Now, there are two execution options when running scrapers. We can either *load javascript* which uses the **Selenium** library, or not load javascript and use the *requests* library for http requests.

For this example, let's go ahead and use the **Selenium** library. To configure this, simply add the following variable to your scraper:

```python
from as_scraper.scraper import Scraper


class YellowPagesScraper(Scraper):
    COLUMNS = ['name', 'url']
    LOAD_JAVASCRIPT = True

```

### Defining the `scrape_handler`

And the magic comes in the next step. We will define the `scrape_handler` method in our class, which will have the responsibility to scrape a given url and extract the data from it.
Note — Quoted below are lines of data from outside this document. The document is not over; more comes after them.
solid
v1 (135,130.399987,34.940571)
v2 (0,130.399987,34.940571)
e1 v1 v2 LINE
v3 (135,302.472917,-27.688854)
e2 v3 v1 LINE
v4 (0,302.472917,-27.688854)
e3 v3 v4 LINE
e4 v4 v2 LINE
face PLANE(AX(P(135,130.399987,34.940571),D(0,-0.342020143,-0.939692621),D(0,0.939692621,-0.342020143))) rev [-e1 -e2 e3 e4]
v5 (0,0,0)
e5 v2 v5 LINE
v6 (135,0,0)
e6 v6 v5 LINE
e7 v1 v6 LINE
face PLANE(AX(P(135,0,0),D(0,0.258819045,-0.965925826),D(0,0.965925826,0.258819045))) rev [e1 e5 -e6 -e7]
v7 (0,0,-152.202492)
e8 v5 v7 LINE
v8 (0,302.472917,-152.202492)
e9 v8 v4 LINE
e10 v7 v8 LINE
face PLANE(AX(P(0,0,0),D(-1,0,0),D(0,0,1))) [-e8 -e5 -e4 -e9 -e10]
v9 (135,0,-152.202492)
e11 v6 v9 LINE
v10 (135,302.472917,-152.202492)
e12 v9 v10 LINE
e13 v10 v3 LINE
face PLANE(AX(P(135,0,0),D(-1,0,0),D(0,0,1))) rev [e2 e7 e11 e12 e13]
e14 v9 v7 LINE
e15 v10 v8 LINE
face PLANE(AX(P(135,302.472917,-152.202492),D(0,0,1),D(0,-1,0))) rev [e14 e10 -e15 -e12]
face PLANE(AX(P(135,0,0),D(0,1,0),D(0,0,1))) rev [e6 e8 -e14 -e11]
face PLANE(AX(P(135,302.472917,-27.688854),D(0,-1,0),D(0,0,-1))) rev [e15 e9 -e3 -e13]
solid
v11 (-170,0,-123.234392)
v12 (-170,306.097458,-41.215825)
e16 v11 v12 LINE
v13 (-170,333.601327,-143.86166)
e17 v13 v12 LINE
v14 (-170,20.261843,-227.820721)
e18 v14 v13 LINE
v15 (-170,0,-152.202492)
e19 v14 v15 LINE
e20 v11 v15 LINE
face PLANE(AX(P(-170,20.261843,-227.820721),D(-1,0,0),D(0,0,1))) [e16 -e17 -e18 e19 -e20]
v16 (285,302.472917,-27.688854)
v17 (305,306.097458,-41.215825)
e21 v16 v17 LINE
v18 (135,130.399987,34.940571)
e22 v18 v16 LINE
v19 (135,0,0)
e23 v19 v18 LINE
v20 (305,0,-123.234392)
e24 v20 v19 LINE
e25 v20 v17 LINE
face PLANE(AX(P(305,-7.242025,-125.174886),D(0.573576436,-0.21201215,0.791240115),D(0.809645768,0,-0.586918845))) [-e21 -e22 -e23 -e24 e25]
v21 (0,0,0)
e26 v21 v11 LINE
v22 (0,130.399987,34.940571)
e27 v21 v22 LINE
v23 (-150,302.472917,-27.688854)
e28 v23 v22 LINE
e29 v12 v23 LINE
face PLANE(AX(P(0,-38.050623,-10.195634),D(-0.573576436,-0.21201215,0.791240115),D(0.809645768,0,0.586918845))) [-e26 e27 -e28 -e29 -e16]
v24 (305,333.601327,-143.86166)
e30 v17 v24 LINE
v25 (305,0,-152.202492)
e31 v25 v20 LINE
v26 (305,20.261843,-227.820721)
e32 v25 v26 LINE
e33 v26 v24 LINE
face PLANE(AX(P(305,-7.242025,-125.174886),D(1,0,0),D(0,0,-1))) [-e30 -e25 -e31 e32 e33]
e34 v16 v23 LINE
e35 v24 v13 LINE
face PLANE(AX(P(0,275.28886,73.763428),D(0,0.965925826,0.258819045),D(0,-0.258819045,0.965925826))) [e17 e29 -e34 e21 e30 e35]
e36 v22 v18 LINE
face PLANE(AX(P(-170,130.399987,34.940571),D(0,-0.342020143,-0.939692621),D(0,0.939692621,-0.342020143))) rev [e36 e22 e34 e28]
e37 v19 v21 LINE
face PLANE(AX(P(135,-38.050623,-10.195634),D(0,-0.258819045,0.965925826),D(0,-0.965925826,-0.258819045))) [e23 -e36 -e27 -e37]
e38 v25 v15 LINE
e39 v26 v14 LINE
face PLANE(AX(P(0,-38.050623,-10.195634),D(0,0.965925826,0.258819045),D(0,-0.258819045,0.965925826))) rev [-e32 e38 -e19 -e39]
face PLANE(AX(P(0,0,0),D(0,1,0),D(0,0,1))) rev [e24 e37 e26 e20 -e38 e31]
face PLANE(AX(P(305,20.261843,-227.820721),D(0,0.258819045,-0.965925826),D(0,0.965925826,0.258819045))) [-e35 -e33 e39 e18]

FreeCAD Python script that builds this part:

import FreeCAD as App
import Part
import Sketcher
Q = App.Units.Quantity


def add_polygon(sketch, points):
    """Adds a closed chain of lines whose ends are joined by coincident constraints."""
    first, n = sketch.GeometryCount, len(points)
    for a, b in zip(points, points[1:] + points[:1]):
        sketch.addGeometry(Part.LineSegment(App.Vector(*a, 0), App.Vector(*b, 0)), False)
    for i in range(n):
        sketch.addConstraint(Sketcher.Constraint("Coincident", first + i, 2, first + (i + 1) % n, 1))

doc = App.newDocument("Part")
params = doc.addObject("Spreadsheet::Sheet", "Params")
for row, (alias, value) in enumerate([
    ("sketch1_length", "135 mm"),
    ("pad1_length", "135 mm"),
    ("sketch2_width", "475 mm"),
    ("sketch2_width2", "135 mm"),
    ("pad2_length", "150 mm"),
    ("pad2_length2", "174.392904 mm"),
], start=1):
    params.set(f"A{row}", alias)
    params.set(f"B{row}", "=" + value)
    params.setAlias(f"B{row}", alias)

body = doc.addObject("PartDesign::Body", "Body")

# Sketch on YZ plane
sketch1 = body.newObject("Sketcher::SketchObject", "Sketch")
sketch1.AttachmentSupport = (doc.getObject("YZ_Plane"), [""])
sketch1.MapMode = "FlatFace"
add_polygon(sketch1, [(130, 35), (0, 0), (0, -152), (302, -152), (302, -28)])  # lines 0-4
sketch1.addConstraint(Sketcher.Constraint("Vertical", 1))
sketch1.addConstraint(Sketcher.Constraint("Horizontal", 2))
sketch1.addConstraint(Sketcher.Constraint("Vertical", 3))
sketch1.addConstraint(Sketcher.Constraint("Coincident", 0, 2, -1, 1))
sketch1.addConstraint(Sketcher.Constraint("Angle", 0, Q("-165 deg")))
sketch1.addConstraint(Sketcher.Constraint("Angle", 4, Q("160 deg")))
sketch1.addConstraint(Sketcher.Constraint("Distance", 0, 135.0))
sketch1.addConstraint(Sketcher.Constraint("DistanceY", 1, 2, 1, 1, 152.202492))
sketch1.addConstraint(Sketcher.Constraint("Distance", 4, 183.116188))
sketch1.setExpression("Constraints[11]", "Params.sketch1_length")
pad1 = body.newObject("PartDesign::Pad", "Pad")
pad1.Profile = sketch1
pad1.setExpression("Length", "Params.pad1_length")
body2 = doc.addObject("PartDesign::Body", "Body001")

# Sketch on an angled plane
sketch2 = body2.newObject("Sketcher::SketchObject", "Sketch001")
sketch2.Placement = App.Placement(App.Vector(0, 130.399986, 34.940571), App.Rotation(App.Vector(-1, 0, 0), App.Vector(0, -0.258819045, 0.965925826), App.Vector(0, 0.965925826, 0.258819045), "ZXY"))
add_polygon(sketch2, [(-135, 0), (-305, -119), (-305, -225), (170, -225), (170, -119), (0, 0)])  # lines 0-5
sketch2.addConstraint(Sketcher.Constraint("Vertical", 1))
sketch2.addConstraint(Sketcher.Constraint("Horizontal", 2))
sketch2.addConstraint(Sketcher.Constraint("Vertical", 3))
sketch2.addConstraint(Sketcher.Constraint("Horizontal", 5))
sketch2.addConstraint(Sketcher.Constraint("Coincident", 4, 2, -1, 1))
sketch2.addConstraint(Sketcher.Constraint("Horizontal", 0, 2, 3, 2))
sketch2.addConstraint(Sketcher.Constraint("Equal", 0, 4))
sketch2.addConstraint(Sketcher.Constraint("DistanceX", 2, 1, 2, 2, 475.0))
sketch2.addConstraint(Sketcher.Constraint("DistanceX", 5, 2, 5, 1, 135.0))
sketch2.addConstraint(Sketcher.Constraint("Angle", 0, Q("-145 deg")))
sketch2.addConstraint(Sketcher.Constraint("DistanceY", 1, 2, 1, 1, 106.266788))
sketch2.setExpression("Constraints[13]", "Params.sketch2_width")
sketch2.setExpression("Constraints[14]", "Params.sketch2_width2")
pad2 = body2.newObject("PartDesign::Pad", "Pad001")
pad2.Profile = sketch2
pad2.Type = "TwoLengths"
pad2.setExpression("Length", "Params.pad2_length")
pad2.setExpression("Length2", "Params.pad2_length2")

# Sketch on XZ plane
sketch3 = body2.newObject("Sketcher::SketchObject", "Sketch002")
sketch3.AttachmentSupport = (doc.getObject("XZ_Plane001"), [""])
sketch3.MapMode = "FlatFace"
add_polygon(sketch3, [(-188, -249), (-188, 74), (349, 74), (349, -249)])  # lines 0-3
sketch3.addConstraint(Sketcher.Constraint("Vertical", 0))
sketch3.addConstraint(Sketcher.Constraint("Horizontal", 1))
sketch3.addConstraint(Sketcher.Constraint("Vertical", 2))
sketch3.addConstraint(Sketcher.Constraint("Horizontal", 3))
sketch3.addConstraint(Sketcher.Constraint("DistanceX", 1, 1, 1, 2, 537.073181))
sketch3.addConstraint(Sketcher.Constraint("DistanceY", 0, 1, 0, 2, 322.774913))
sketch3.addConstraint(Sketcher.Constraint("DistanceY", -1, 1, 0, 2, 73.669362))
sketch3.addConstraint(Sketcher.Constraint("DistanceX", 0, 2, -1, 1, 187.761477))
pocket1 = body2.newObject("PartDesign::Pocket", "Pocket")
pocket1.Profile = sketch3
pocket1.Type = "ThroughAll"
pocket1.Reversed = True

# Sketch on YZ plane
sketch4 = body2.newObject("Sketcher::SketchObject", "Sketch003")
sketch4.AttachmentSupport = (doc.getObject("YZ_Plane001"), [""])
sketch4.MapMode = "FlatFace"
add_polygon(sketch4, [(130, 35), (324, -36), (302, 81)])  # lines 0-2
sketch4.addConstraint(Sketcher.Constraint("Angle", 0, Q("-20 deg")))
sketch4.addConstraint(Sketcher.Constraint("Angle", 2, Q("-165 deg")))
sketch4.addConstraint(Sketcher.Constraint("Distance", 1, 118.580109))
sketch4.addConstraint(Sketcher.Constraint("Distance", 2, 177.933889))
sketch4.addConstraint(Sketcher.Constraint("DistanceY", -1, 1, 1, 2, 80.99325))
sketch4.addConstraint(Sketcher.Constraint("DistanceX", -1, 1, 0, 2, 324.099723))
pocket2 = body2.newObject("PartDesign::Pocket", "Pocket001")
pocket2.Profile = sketch4
pocket2.Type = "ThroughAll"
pocket2.Midplane = True

doc.recompute()
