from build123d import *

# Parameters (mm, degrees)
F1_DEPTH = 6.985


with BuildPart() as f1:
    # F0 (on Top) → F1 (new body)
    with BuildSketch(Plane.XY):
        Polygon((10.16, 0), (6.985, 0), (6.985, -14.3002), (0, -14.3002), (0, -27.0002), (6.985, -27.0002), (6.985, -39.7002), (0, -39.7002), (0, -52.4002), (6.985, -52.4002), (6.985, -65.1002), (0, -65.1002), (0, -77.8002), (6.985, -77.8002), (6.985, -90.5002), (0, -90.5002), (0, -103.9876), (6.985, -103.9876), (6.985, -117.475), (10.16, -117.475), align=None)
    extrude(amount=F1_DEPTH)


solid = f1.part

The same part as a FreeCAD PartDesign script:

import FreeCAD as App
import Part
import Sketcher

V = App.Vector
Q = App.Units.Quantity

doc = App.newDocument("Part")
params = doc.addObject("Spreadsheet::Sheet", "Params")
for row, (alias, value) in enumerate([
    ("sketch1_height", "0.5 in"),
    ("sketch1_width", "0.125 in"),
    ("sketch1_height2", "0.563 in"),
    ("sketch1_height3", "0.531 in"),
    ("pad1_length", "0.275 in"),
], start=1):
    params.set(f"A{row}", alias)
    params.set(f"B{row}", "=" + value)
    params.setAlias(f"B{row}", alias)

body = doc.addObject("PartDesign::Body", "Body")

sketch1 = body.newObject("Sketcher::SketchObject", "Sketch")
sketch1.AttachmentSupport = (doc.getObject("XY_Plane"), [""])
sketch1.MapMode = "FlatFace"
sketch1.addGeometry(Part.LineSegment(V(10.2, 0, 0), V(7, 0, 0)), False)
sketch1.addGeometry(Part.LineSegment(V(7, 0, 0), V(7, -14.3, 0)), False)
sketch1.addGeometry(Part.LineSegment(V(7, -14.3, 0), V(0, -14.3, 0)), False)
sketch1.addGeometry(Part.LineSegment(V(0, -14.3, 0), V(0, -27, 0)), False)
sketch1.addGeometry(Part.LineSegment(V(0, -27, 0), V(7, -27, 0)), False)
sketch1.addGeometry(Part.LineSegment(V(7, -27, 0), V(7, -39.7, 0)), False)
sketch1.addGeometry(Part.LineSegment(V(7, -39.7, 0), V(0, -39.7, 0)), False)
sketch1.addGeometry(Part.LineSegment(V(0, -39.7, 0), V(0, -52.4, 0)), False)
sketch1.addGeometry(Part.LineSegment(V(0, -52.4, 0), V(7, -52.4, 0)), False)
sketch1.addGeometry(Part.LineSegment(V(7, -52.4, 0), V(7, -65.1, 0)), False)
sketch1.addGeometry(Part.LineSegment(V(7, -65.1, 0), V(0, -65.1, 0)), False)
sketch1.addGeometry(Part.LineSegment(V(0, -65.1, 0), V(0, -77.8, 0)), False)
sketch1.addGeometry(Part.LineSegment(V(0, -77.8, 0), V(7, -77.8, 0)), False)
sketch1.addGeometry(Part.LineSegment(V(7, -77.8, 0), V(7, -90.5, 0)), False)
sketch1.addGeometry(Part.LineSegment(V(7, -90.5, 0), V(0, -90.5, 0)), False)
sketch1.addGeometry(Part.LineSegment(V(0, -90.5, 0), V(0, -104, 0)), False)
sketch1.addGeometry(Part.LineSegment(V(0, -104, 0), V(7, -104, 0)), False)
sketch1.addGeometry(Part.LineSegment(V(7, -104, 0), V(7, -117.5, 0)), False)
sketch1.addGeometry(Part.LineSegment(V(7, -117.5, 0), V(10.2, -117.5, 0)), False)
sketch1.addGeometry(Part.LineSegment(V(10.2, -117.5, 0), V(10.2, 0, 0)), False)
sketch1.addConstraint(Sketcher.Constraint("Coincident", 0, 2, 1, 1))
sketch1.addConstraint(Sketcher.Constraint("Coincident", 1, 2, 2, 1))
sketch1.addConstraint(Sketcher.Constraint("Coincident", 2, 2, 3, 1))
sketch1.addConstraint(Sketcher.Constraint("Coincident", 3, 2, 4, 1))
sketch1.addConstraint(Sketcher.Constraint("Coincident", 4, 2, 5, 1))
sketch1.addConstraint(Sketcher.Constraint("Coincident", 5, 2, 6, 1))
sketch1.addConstraint(Sketcher.Constraint("Coincident", 6, 2, 7, 1))
sketch1.addConstraint(Sketcher.Constraint("Coincident", 7, 2, 8, 1))
sketch1.addConstraint(Sketcher.Constraint("Coincident", 8, 2, 9, 1))
sketch1.addConstraint(Sketcher.Constraint("Coincident", 9, 2, 10, 1))
sketch1.addConstraint(Sketcher.Constraint("Coincident", 10, 2, 11, 1))
sketch1.addConstraint(Sketcher.Constraint("Coincident", 11, 2, 12, 1))
sketch1.addConstraint(Sketcher.Constraint("Coincident", 12, 2, 13, 1))
sketch1.addConstraint(Sketcher.Constraint("Coincident", 13, 2, 14, 1))
sketch1.addConstraint(Sketcher.Constraint("Coincident", 14, 2, 15, 1))
sketch1.addConstraint(Sketcher.Constraint("Coincident", 15, 2, 16, 1))
sketch1.addConstraint(Sketcher.Constraint("Coincident", 16, 2, 17, 1))
sketch1.addConstraint(Sketcher.Constraint("Coincident", 17, 2, 18, 1))
sketch1.addConstraint(Sketcher.Constraint("Coincident", 18, 2, 19, 1))
sketch1.addConstraint(Sketcher.Constraint("Coincident", 19, 2, 0, 1))
sketch1.addConstraint(Sketcher.Constraint("Horizontal", 0))
sketch1.addConstraint(Sketcher.Constraint("Vertical", 1))
sketch1.addConstraint(Sketcher.Constraint("Horizontal", 2))
sketch1.addConstraint(Sketcher.Constraint("Vertical", 3))
sketch1.addConstraint(Sketcher.Constraint("Horizontal", 4))
sketch1.addConstraint(Sketcher.Constraint("Vertical", 5))
sketch1.addConstraint(Sketcher.Constraint("Horizontal", 6))
sketch1.addConstraint(Sketcher.Constraint("Vertical", 7))
sketch1.addConstraint(Sketcher.Constraint("Horizontal", 8))
sketch1.addConstraint(Sketcher.Constraint("Vertical", 9))
sketch1.addConstraint(Sketcher.Constraint("Horizontal", 10))
sketch1.addConstraint(Sketcher.Constraint("Vertical", 11))
sketch1.addConstraint(Sketcher.Constraint("Horizontal", 12))
sketch1.addConstraint(Sketcher.Constraint("Vertical", 13))
sketch1.addConstraint(Sketcher.Constraint("Horizontal", 14))
sketch1.addConstraint(Sketcher.Constraint("Vertical", 15))
sketch1.addConstraint(Sketcher.Constraint("Horizontal", 16))
sketch1.addConstraint(Sketcher.Constraint("Vertical", 17))
sketch1.addConstraint(Sketcher.Constraint("Horizontal", 18))
sketch1.addConstraint(Sketcher.Constraint("Vertical", 19))
sketch1.addConstraint(Sketcher.Constraint("PointOnObject", 0, 2, -1))
sketch1.addConstraint(Sketcher.Constraint("PointOnObject", 2, 2, -2))
sketch1.addConstraint(Sketcher.Constraint("PointOnObject", 6, 2, -2))
sketch1.addConstraint(Sketcher.Constraint("PointOnObject", 10, 2, -2))
sketch1.addConstraint(Sketcher.Constraint("PointOnObject", 14, 2, -2))
sketch1.addConstraint(Sketcher.Constraint("Vertical", 1, 2, 4, 2))
sketch1.addConstraint(Sketcher.Constraint("Vertical", 5, 2, 8, 2))
sketch1.addConstraint(Sketcher.Constraint("Vertical", 9, 2, 12, 2))
sketch1.addConstraint(Sketcher.Constraint("Vertical", 13, 2, 16, 2))
sketch1.addConstraint(Sketcher.Constraint("Equal", 3, 5))
sketch1.addConstraint(Sketcher.Constraint("Equal", 5, 7))
sketch1.addConstraint(Sketcher.Constraint("Equal", 7, 9))
sketch1.addConstraint(Sketcher.Constraint("Equal", 9, 11))
sketch1.addConstraint(Sketcher.Constraint("Equal", 11, 13))
sketch1.addConstraint(Sketcher.Constraint("Equal", 15, 17))
sketch1.addConstraint(Sketcher.Constraint("DistanceY", 3, 2, 3, 1, Q("0.5 in")))
sketch1.addConstraint(Sketcher.Constraint("DistanceX", -1, 1, 18, 2, Q("0.4 in")))
sketch1.addConstraint(Sketcher.Constraint("DistanceX", 0, 2, 0, 1, Q("0.125 in")))
sketch1.addConstraint(Sketcher.Constraint("DistanceY", 1, 2, 1, 1, Q("0.563 in")))
sketch1.addConstraint(Sketcher.Constraint("DistanceY", 15, 2, 15, 1, Q("0.531 in")))
sketch1.setExpression("Constraints[55]", "Params.sketch1_height")
sketch1.setExpression("Constraints[57]", "Params.sketch1_width")
sketch1.setExpression("Constraints[58]", "Params.sketch1_height2")
sketch1.setExpression("Constraints[59]", "Params.sketch1_height3")
pad1 = body.newObject("PartDesign::Pad", "Pad")
pad1.Profile = sketch1
pad1.setExpression("Length", "Params.pad1_length")

doc.recompute()
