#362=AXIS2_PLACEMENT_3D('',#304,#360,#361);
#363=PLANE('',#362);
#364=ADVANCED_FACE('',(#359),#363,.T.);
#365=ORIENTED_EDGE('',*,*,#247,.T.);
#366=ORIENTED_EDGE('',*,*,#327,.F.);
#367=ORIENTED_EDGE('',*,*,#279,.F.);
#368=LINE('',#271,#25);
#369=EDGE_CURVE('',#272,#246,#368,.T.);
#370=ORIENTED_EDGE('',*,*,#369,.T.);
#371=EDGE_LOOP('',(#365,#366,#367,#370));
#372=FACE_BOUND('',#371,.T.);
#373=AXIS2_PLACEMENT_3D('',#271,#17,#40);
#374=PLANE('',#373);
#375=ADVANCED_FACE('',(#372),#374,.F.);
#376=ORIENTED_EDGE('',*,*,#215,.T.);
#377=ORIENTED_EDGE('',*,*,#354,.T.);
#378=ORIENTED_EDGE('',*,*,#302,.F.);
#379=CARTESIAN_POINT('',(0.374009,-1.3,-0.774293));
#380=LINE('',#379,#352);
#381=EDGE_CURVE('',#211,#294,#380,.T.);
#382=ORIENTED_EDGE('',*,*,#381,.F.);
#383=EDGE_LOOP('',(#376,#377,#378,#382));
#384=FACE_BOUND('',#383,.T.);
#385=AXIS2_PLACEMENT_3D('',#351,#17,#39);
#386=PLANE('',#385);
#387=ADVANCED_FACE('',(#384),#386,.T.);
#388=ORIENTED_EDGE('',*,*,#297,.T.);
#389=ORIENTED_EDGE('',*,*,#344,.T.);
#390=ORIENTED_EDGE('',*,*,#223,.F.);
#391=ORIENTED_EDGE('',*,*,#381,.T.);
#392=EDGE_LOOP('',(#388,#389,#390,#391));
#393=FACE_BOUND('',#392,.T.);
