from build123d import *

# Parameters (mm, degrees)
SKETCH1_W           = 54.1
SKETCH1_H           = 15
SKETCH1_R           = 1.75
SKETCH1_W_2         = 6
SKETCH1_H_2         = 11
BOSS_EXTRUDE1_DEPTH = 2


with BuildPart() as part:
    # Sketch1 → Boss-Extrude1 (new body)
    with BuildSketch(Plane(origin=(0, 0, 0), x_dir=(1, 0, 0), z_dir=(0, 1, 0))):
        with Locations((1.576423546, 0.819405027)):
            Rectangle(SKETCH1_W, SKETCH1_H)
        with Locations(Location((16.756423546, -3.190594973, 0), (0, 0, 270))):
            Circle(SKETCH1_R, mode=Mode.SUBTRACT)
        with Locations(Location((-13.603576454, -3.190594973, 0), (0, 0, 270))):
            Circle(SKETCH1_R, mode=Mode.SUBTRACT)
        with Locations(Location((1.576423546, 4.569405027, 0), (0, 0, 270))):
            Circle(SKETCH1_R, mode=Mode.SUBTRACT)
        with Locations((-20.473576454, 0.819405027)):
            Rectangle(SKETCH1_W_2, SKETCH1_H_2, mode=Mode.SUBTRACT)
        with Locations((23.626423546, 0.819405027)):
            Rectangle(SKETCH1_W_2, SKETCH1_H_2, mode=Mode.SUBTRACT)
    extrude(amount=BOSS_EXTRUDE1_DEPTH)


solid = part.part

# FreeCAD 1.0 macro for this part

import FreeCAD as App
import Part
import Sketcher

V = App.Vector

doc = App.newDocument("Part")
body = doc.addObject("PartDesign::Body", "Body")

sketch1 = body.newObject("Sketcher::SketchObject", "Sketch")
sketch1.AttachmentSupport = (doc.getObject("XZ_Plane"), [""])
sketch1.MapMode = "FlatFace"
sketch1.addGeometry([
    Part.LineSegment(V(-25.5, -8.3, 0), V(-25.5, 6.7, 0)),
    Part.LineSegment(V(-25.5, 6.7, 0), V(28.6, 6.7, 0)),
    Part.LineSegment(V(28.6, 6.7, 0), V(28.6, -8.3, 0)),
    Part.LineSegment(V(28.6, -8.3, 0), V(-25.5, -8.3, 0)),
    Part.Circle(V(-13.6, 3.2, 0), V(0, 0, 1), 1.8),
    Part.Circle(V(16.8, 3.2, 0), V(0, 0, 1), 1.8),
    Part.LineSegment(V(-17.5, 4.7, 0), V(-23.5, 4.7, 0)),
    Part.LineSegment(V(-23.5, 4.7, 0), V(-23.5, -6.3, 0)),
    Part.LineSegment(V(-23.5, -6.3, 0), V(-17.5, -6.3, 0)),
    Part.LineSegment(V(-17.5, -6.3, 0), V(-17.5, 4.7, 0)),
    Part.LineSegment(V(26.6, 4.7, 0), V(20.6, 4.7, 0)),
    Part.LineSegment(V(20.6, 4.7, 0), V(20.6, -6.3, 0)),
    Part.LineSegment(V(20.6, -6.3, 0), V(26.6, -6.3, 0)),
    Part.LineSegment(V(26.6, -6.3, 0), V(26.6, 4.7, 0)),
    Part.Circle(V(1.6, -4.6, 0), V(0, 0, 1), 1.8),
], False)
sketch1.addConstraint([
    Sketcher.Constraint("Coincident", 0, 2, 1, 1),
    Sketcher.Constraint("Coincident", 1, 2, 2, 1),
    Sketcher.Constraint("Coincident", 2, 2, 3, 1),
    Sketcher.Constraint("Coincident", 3, 2, 0, 1),
    Sketcher.Constraint("Coincident", 6, 2, 7, 1),
    Sketcher.Constraint("Coincident", 7, 2, 8, 1),
    Sketcher.Constraint("Coincident", 8, 2, 9, 1),
    Sketcher.Constraint("Coincident", 9, 2, 6, 1),
    Sketcher.Constraint("Coincident", 10, 2, 11, 1),
    Sketcher.Constraint("Coincident", 11, 2, 12, 1),
    Sketcher.Constraint("Coincident", 12, 2, 13, 1),
    Sketcher.Constraint("Coincident", 13, 2, 10, 1),
    Sketcher.Constraint("Vertical", 0),
    Sketcher.Constraint("Horizontal", 1),
    Sketcher.Constraint("Vertical", 2),
    Sketcher.Constraint("Horizontal", 3),
    Sketcher.Constraint("Horizontal", 6),
    Sketcher.Constraint("Vertical", 7),
    Sketcher.Constraint("Horizontal", 8),
    Sketcher.Constraint("Vertical", 9),
    Sketcher.Constraint("Horizontal", 10),
    Sketcher.Constraint("Vertical", 11),
    Sketcher.Constraint("Horizontal", 12),
    Sketcher.Constraint("Vertical", 13),
    Sketcher.Constraint("Equal", 4, 5),
    Sketcher.Constraint("Equal", 5, 14),
    Sketcher.Constraint("Horizontal", 4, 3, 5, 3),
    Sketcher.Constraint("Horizontal", 9, 2, 10, 2),
    Sketcher.Constraint("Horizontal", 8, 2, 11, 2),
    Sketcher.Constraint("Equal", 8, 10),
    Sketcher.Constraint("Diameter", 4, 3.5),
    Sketcher.Constraint("DistanceX", 6, 2, 6, 1, 6.0),
    Sketcher.Constraint("DistanceY", 0, 1, 0, 2, 15.0),
    Sketcher.Constraint("DistanceY", 7, 2, 7, 1, 11.0),
    Sketcher.Constraint("DistanceX", 1, 1, 1, 2, 54.1),
    Sketcher.Constraint("DistanceX", 0, 2, 6, 2, 2.0),
    Sketcher.Constraint("DistanceY", 6, 2, 0, 2, 2.0),
    Sketcher.Constraint("DistanceX", 10, 2, 1, 2, 8.0),
    Sketcher.Constraint("DistanceX", 4, 3, 5, 3, 30.36),
    Sketcher.Constraint("DistanceX", 4, 3, 14, 3, 15.18),
    Sketcher.Constraint("DistanceY", 14, 3, 4, 3, 7.76),
    Sketcher.Constraint("DistanceX", 0, 2, 4, 3, 11.87),
    Sketcher.Constraint("DistanceY", 4, 3, 0, 2, 3.49),
    Sketcher.Constraint("DistanceX", 4, 3, -1, 1, 13.603576),
    Sketcher.Constraint("DistanceY", -1, 1, 4, 3, 3.190595),
])
pad1 = body.newObject("PartDesign::Pad", "Pad")
pad1.Profile = sketch1
pad1.Length = 2
pad1.Reversed = True

doc.recompute()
> All scrapers must define the `scrape_handler` method.

```python
from typing import Optional
from selenium.webdriver import Firefox
from selenium.webdriver.common.by import By
import pandas as pd
from as_scraper.scraper import Scraper


class YellowPagesScraper(Scraper):
    COLUMNS = ['name', 'url']
    LOAD_JAVASCRIPT = True

    def scrape_handler(self, url: str, html: Optional[str] = None, driver: Optional[Firefox] = None, **kwargs) -> pd.DataFrame:
        rows = []
        div_tag = driver.find_element(By.CLASS_NAME, "row-content")
        div_tag = div_tag.find_element(By.CLASS_NAME, "row")
        section_tags = div_tag.find_elements(By.TAG_NAME, "section")
        for section_tag in section_tags:
            a_tags = section_tag.find_elements(By.TAG_NAME, "a")
            for a_tag in a_tags:
                city_name = a_tag.text
                city_url = a_tag.get_attribute("href")
                rows.append({"name": city_name, "url": city_url})
        df = pd.DataFrame(rows, columns=self.COLUMNS)
        return df

```

### Execution

Finally, to execute the scraper you must call the **execute* method.

```python
from typing import Optional
from selenium.webdriver import Firefox
from selenium.webdriver.common.by import By
import pandas as pd
from as_scraper.scraper import Scraper

class YellowPagesScraper(Scraper):
    COLUMNS = ['name', 'url']
    LOAD_JAVASCRIPT = True

    def scrape_handler(self, url: str, html: Optional[str] = None, driver: Optional[Firefox] = None, **kwargs) -> pd.DataFrame:
        rows = []
        div_tag = driver.find_element(By.CLASS_NAME, "row-content")
        div_tag = div_tag.find_element(By.CLASS_NAME, "row")
        section_tags = div_tag.find_elements(By.TAG_NAME, "section")
        for section_tag in section_tags:
            a_tags = section_tag.find_elements(By.TAG_NAME, "a")
            for a_tag in a_tags:
                city_name = a_tag.text
                city_url = a_tag.get_attribute("href")
                rows.append({"name": city_name, "url": city_url})
        df = pd.DataFrame(rows, columns=self.COLUMNS)
        return df

if __name__ == '__main__':
    urls = ['https://www.yellowpages.com/sitemap']
    scraper = YellowPagesScraper(urls)
    results, errors = scraper.execute()
    print(results)
    print(errors)

```

Now go ahead and run `python scrapers/yellowpages.py`. Have fun!